Data records.
○ ○ ○ ○

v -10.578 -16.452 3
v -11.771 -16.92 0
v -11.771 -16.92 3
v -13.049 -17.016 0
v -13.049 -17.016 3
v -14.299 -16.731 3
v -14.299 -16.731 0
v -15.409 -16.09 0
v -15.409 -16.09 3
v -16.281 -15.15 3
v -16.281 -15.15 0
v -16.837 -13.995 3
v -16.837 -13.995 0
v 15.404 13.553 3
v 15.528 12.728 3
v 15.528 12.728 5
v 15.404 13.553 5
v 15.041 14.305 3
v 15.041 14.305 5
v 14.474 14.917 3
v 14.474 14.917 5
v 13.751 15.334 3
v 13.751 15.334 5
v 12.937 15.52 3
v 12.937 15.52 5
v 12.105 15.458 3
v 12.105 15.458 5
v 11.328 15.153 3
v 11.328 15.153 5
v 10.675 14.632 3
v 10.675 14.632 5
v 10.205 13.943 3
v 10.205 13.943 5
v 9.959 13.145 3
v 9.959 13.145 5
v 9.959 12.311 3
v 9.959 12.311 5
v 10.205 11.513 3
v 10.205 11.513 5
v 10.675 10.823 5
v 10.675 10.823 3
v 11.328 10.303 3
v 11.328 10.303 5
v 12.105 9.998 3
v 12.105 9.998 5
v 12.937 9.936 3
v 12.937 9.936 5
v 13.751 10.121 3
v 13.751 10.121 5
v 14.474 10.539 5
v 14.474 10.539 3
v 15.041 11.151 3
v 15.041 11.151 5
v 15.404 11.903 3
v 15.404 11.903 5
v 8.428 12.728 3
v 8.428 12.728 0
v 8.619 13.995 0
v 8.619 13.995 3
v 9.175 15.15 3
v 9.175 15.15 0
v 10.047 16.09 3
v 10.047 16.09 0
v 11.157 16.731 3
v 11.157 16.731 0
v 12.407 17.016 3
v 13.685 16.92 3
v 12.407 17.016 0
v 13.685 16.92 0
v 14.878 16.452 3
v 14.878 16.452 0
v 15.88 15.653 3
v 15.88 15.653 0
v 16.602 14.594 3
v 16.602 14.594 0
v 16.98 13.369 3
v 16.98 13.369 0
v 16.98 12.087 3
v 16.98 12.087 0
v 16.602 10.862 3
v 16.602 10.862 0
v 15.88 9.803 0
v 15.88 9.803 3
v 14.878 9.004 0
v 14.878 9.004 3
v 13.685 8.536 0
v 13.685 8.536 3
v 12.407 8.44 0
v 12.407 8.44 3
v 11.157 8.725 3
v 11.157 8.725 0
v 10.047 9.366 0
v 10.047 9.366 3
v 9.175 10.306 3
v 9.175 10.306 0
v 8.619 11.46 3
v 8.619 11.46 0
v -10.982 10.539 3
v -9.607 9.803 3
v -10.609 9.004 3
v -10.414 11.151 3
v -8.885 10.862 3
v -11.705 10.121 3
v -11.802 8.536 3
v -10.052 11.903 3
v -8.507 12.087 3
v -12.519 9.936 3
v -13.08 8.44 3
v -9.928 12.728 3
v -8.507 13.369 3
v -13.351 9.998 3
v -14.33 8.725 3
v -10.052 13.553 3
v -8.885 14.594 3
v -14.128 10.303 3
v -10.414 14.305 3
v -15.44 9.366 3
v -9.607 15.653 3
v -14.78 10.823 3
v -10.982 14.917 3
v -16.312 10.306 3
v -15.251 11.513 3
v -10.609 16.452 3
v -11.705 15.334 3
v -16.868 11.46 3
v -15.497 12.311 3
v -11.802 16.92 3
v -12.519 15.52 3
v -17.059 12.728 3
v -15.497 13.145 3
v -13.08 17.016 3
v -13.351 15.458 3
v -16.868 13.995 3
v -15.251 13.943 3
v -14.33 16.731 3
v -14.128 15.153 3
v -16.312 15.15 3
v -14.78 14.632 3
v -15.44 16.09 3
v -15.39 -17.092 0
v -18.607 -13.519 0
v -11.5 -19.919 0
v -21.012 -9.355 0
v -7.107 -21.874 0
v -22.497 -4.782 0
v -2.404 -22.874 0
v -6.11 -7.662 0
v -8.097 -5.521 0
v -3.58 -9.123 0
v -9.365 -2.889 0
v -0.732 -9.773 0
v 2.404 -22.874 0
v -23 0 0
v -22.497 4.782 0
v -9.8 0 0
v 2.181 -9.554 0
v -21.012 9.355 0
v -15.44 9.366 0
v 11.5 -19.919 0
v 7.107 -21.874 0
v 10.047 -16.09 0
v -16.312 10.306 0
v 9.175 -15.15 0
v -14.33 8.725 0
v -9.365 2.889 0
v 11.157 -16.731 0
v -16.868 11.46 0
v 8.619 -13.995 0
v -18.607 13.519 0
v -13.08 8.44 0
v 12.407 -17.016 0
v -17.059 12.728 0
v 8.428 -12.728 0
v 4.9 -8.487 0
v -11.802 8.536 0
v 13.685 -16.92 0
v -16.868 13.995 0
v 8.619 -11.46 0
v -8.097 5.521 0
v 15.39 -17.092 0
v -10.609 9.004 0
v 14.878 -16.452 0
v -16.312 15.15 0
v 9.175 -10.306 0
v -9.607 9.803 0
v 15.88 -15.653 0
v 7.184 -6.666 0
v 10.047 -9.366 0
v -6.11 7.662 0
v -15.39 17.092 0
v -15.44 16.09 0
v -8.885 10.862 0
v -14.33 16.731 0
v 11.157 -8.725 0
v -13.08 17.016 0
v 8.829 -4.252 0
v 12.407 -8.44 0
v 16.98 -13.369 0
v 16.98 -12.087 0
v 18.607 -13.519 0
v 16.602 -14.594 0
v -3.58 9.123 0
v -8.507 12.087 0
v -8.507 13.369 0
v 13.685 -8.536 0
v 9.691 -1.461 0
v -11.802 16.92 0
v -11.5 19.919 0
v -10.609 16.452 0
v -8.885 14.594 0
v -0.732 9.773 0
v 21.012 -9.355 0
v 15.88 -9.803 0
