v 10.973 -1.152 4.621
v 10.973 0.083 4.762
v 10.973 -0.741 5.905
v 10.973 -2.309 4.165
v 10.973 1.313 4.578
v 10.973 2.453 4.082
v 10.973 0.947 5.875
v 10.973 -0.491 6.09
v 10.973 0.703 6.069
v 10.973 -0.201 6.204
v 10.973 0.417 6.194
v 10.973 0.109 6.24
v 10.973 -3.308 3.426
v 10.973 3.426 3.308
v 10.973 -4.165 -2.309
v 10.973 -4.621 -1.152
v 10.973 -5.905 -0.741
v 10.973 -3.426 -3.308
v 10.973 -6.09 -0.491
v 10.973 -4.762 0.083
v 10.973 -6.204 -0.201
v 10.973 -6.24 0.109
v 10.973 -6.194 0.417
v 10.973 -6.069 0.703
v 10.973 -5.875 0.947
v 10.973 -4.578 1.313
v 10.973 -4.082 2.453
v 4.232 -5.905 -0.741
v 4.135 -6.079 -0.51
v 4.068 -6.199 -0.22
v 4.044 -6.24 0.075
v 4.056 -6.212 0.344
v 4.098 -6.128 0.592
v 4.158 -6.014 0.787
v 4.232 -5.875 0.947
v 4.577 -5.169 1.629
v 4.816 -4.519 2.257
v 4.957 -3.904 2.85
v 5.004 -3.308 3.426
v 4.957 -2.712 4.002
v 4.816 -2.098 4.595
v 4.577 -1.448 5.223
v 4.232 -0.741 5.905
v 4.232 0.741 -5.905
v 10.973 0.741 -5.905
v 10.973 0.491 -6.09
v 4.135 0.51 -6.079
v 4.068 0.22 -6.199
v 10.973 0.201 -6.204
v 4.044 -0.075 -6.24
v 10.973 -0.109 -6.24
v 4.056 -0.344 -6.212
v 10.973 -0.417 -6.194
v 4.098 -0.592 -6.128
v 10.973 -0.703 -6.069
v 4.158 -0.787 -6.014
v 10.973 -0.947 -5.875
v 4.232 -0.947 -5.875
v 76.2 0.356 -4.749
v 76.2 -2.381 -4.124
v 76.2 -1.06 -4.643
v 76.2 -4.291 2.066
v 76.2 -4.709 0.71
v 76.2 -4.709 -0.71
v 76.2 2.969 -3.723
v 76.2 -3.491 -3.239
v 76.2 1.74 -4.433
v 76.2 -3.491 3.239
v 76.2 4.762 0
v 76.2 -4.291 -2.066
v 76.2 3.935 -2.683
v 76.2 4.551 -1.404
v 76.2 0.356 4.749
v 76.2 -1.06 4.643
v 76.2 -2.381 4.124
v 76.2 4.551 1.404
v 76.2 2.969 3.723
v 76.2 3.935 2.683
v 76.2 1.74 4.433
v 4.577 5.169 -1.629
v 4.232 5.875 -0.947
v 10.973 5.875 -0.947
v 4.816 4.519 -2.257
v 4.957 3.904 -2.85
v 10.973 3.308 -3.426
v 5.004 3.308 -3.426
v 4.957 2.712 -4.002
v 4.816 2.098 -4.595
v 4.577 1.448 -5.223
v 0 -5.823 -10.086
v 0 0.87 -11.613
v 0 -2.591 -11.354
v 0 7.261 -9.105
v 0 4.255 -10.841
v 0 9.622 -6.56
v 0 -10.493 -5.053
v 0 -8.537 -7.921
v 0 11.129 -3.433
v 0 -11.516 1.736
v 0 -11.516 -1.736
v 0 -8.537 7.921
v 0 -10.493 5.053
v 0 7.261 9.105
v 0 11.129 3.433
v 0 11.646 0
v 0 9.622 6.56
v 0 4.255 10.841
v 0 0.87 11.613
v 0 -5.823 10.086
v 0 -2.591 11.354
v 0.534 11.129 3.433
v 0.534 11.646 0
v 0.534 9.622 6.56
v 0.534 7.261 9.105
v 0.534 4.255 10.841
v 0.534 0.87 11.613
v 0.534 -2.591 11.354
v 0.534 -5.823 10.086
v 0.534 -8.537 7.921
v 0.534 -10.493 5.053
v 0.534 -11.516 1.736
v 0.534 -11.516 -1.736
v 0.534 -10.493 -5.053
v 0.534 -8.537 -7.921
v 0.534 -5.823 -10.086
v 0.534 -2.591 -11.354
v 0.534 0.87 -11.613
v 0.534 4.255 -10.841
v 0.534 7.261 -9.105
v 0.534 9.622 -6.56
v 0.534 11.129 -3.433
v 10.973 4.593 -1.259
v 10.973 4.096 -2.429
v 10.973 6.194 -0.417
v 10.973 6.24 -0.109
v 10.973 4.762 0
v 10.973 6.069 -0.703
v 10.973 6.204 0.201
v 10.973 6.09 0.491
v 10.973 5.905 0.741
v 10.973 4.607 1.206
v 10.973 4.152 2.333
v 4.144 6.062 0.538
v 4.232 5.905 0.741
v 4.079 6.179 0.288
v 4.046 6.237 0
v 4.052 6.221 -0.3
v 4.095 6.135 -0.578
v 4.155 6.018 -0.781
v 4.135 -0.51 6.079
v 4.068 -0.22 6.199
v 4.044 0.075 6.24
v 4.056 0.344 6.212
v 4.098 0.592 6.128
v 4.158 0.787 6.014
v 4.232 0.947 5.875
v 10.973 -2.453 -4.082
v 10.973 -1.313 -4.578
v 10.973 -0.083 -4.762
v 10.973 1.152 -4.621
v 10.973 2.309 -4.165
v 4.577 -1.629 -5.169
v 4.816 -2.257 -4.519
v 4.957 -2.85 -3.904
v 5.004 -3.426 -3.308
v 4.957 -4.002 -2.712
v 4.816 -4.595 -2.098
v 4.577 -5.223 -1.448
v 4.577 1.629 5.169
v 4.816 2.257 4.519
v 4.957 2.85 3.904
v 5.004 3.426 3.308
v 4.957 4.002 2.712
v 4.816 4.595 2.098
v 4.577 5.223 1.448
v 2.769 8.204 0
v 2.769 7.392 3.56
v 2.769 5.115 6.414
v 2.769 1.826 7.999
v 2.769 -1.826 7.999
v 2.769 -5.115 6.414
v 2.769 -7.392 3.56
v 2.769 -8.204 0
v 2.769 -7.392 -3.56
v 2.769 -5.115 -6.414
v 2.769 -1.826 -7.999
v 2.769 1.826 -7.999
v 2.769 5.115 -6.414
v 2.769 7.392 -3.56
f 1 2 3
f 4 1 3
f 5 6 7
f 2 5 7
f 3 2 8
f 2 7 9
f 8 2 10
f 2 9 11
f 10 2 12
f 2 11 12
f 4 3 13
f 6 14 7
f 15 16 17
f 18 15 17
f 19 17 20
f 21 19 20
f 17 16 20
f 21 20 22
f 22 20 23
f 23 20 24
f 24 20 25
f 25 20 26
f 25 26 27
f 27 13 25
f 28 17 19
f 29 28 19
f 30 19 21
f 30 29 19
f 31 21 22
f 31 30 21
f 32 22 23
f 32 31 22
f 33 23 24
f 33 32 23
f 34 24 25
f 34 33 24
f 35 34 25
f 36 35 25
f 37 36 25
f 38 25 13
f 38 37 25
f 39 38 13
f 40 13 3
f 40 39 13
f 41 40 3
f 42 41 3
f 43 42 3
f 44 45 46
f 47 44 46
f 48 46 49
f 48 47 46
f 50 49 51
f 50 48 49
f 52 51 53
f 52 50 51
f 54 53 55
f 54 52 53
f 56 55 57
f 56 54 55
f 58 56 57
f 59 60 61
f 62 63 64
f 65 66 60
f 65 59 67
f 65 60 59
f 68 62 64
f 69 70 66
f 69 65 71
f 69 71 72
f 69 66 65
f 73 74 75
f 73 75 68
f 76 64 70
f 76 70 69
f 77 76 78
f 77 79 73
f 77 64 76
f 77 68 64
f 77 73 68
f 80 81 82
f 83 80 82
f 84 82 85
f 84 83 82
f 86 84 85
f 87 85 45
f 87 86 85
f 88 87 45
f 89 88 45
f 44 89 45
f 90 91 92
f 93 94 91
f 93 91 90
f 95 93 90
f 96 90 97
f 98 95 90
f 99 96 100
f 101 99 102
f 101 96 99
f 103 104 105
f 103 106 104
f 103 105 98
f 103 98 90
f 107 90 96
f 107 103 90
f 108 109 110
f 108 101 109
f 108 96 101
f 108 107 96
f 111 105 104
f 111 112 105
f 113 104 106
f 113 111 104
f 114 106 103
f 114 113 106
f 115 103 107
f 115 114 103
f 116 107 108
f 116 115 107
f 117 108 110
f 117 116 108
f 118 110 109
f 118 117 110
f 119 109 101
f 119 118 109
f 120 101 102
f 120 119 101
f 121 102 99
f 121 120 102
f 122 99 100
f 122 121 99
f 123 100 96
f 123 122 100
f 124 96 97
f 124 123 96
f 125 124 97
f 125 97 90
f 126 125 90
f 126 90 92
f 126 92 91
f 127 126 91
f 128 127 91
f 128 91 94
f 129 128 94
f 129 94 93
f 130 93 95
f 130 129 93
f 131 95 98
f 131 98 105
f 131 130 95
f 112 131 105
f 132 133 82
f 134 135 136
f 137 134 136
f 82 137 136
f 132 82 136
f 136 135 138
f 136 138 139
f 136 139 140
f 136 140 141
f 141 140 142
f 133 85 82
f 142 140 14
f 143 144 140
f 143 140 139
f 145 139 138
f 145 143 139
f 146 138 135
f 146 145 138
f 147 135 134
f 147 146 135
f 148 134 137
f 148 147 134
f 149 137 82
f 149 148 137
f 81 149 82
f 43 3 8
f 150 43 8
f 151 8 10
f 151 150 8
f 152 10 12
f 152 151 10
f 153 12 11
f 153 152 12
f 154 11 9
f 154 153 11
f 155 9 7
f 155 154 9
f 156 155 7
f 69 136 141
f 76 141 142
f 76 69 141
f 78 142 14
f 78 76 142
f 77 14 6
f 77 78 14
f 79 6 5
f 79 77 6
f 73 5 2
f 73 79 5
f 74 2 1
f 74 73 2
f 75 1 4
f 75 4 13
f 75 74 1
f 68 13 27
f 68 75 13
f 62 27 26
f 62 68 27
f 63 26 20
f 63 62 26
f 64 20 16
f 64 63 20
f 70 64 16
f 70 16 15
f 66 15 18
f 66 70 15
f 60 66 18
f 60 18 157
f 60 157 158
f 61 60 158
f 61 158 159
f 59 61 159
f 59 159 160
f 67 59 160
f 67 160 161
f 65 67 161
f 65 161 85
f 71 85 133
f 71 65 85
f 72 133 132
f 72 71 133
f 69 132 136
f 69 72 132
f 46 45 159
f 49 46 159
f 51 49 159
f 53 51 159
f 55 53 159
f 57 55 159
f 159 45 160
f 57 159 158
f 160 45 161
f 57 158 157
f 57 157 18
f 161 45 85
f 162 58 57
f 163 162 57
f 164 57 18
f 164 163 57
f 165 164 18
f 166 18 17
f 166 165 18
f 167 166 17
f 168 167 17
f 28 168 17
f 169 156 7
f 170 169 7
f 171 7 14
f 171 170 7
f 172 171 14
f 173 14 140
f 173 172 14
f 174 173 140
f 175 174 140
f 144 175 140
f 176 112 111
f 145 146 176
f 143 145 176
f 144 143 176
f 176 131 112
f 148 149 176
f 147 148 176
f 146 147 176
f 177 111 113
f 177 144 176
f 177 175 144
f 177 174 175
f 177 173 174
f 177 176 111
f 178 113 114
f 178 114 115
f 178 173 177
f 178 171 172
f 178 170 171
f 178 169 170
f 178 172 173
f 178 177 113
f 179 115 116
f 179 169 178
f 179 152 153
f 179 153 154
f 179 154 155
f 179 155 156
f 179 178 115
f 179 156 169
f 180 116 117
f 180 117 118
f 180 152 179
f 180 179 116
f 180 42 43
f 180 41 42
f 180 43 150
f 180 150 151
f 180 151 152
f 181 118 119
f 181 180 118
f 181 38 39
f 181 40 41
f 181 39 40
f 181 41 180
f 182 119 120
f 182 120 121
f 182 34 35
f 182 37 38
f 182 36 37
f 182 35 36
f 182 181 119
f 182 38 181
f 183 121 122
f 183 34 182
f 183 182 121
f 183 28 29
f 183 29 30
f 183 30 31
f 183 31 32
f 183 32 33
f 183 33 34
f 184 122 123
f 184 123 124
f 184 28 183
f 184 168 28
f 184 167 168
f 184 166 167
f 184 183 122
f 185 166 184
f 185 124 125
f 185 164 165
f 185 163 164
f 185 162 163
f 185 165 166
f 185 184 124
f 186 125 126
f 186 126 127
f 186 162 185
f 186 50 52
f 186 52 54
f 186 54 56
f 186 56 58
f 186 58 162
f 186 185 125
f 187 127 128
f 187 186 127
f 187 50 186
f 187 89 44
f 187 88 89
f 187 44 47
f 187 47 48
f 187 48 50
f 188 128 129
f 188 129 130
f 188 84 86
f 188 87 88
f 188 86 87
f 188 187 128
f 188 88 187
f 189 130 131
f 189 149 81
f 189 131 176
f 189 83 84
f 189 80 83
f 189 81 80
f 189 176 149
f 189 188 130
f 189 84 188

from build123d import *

# Parameters (mm, degrees)
NECK_DEPTH = 10.9728


# Read off the part's stored shape, not the designer's step: Cut-Revolve1
with BuildPart() as part:
    # Cut-Revolve1 outline → Cut-Revolve1 (revolve)
    with BuildSketch(Plane.YX):
        Polygon((0, 76.2), (0, 0), (11.6459, 0), (11.6459, 0.533667773), (4.7625, 5.0038), (4.7625, 76.2), align=None)
    revolve(axis=Axis((0, 0, 0), (1, 0, 0)))

    # Sketch2 → Neck (add)
    with BuildSketch(Plane(origin=(0, 0, 0), x_dir=(0, 0.6946583704589985, -0.7193398003386501), z_dir=(1, 0, 0))):
        with BuildLine():
            Line((3.5687, -4.7625), (-3.5687, -4.7625))
            ThreePointArc((-3.5687, -4.7625), (-4.412844075, -4.412844075), (-4.7625, -3.5687))
            Line((-4.7625, -3.5687), (-4.7625, 3.5687))
            ThreePointArc((-4.7625, 3.5687), (-4.412844075, 4.412844075), (-3.5687, 4.7625))
            Line((-3.5687, 4.7625), (3.5687, 4.7625))
            ThreePointArc((3.5687, 4.7625), (4.412844075, 4.412844075), (4.7625, 3.5687))
            Line((4.7625, 3.5687), (4.7625, -3.5687))
            ThreePointArc((4.7625, -3.5687), (4.412844075, -4.412844075), (3.5687, -4.7625))
        make_face()
    extrude(amount=NECK_DEPTH)


solid = part.part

○ ○ ○ ○

Assignment. Write down again, exactly as given, only the lines above that fall from the line with "v 4.232 0.947 5.875" to the line with "v 4.957 -4.002 -2.712", inclusive.

Result of this task.
v 4.232 0.947 5.875
v 10.973 -2.453 -4.082
v 10.973 -1.313 -4.578
v 10.973 -0.083 -4.762
v 10.973 1.152 -4.621
v 10.973 2.309 -4.165
v 4.577 -1.629 -5.169
v 4.816 -2.257 -4.519
v 4.957 -2.85 -3.904
v 5.004 -3.426 -3.308
v 4.957 -4.002 -2.712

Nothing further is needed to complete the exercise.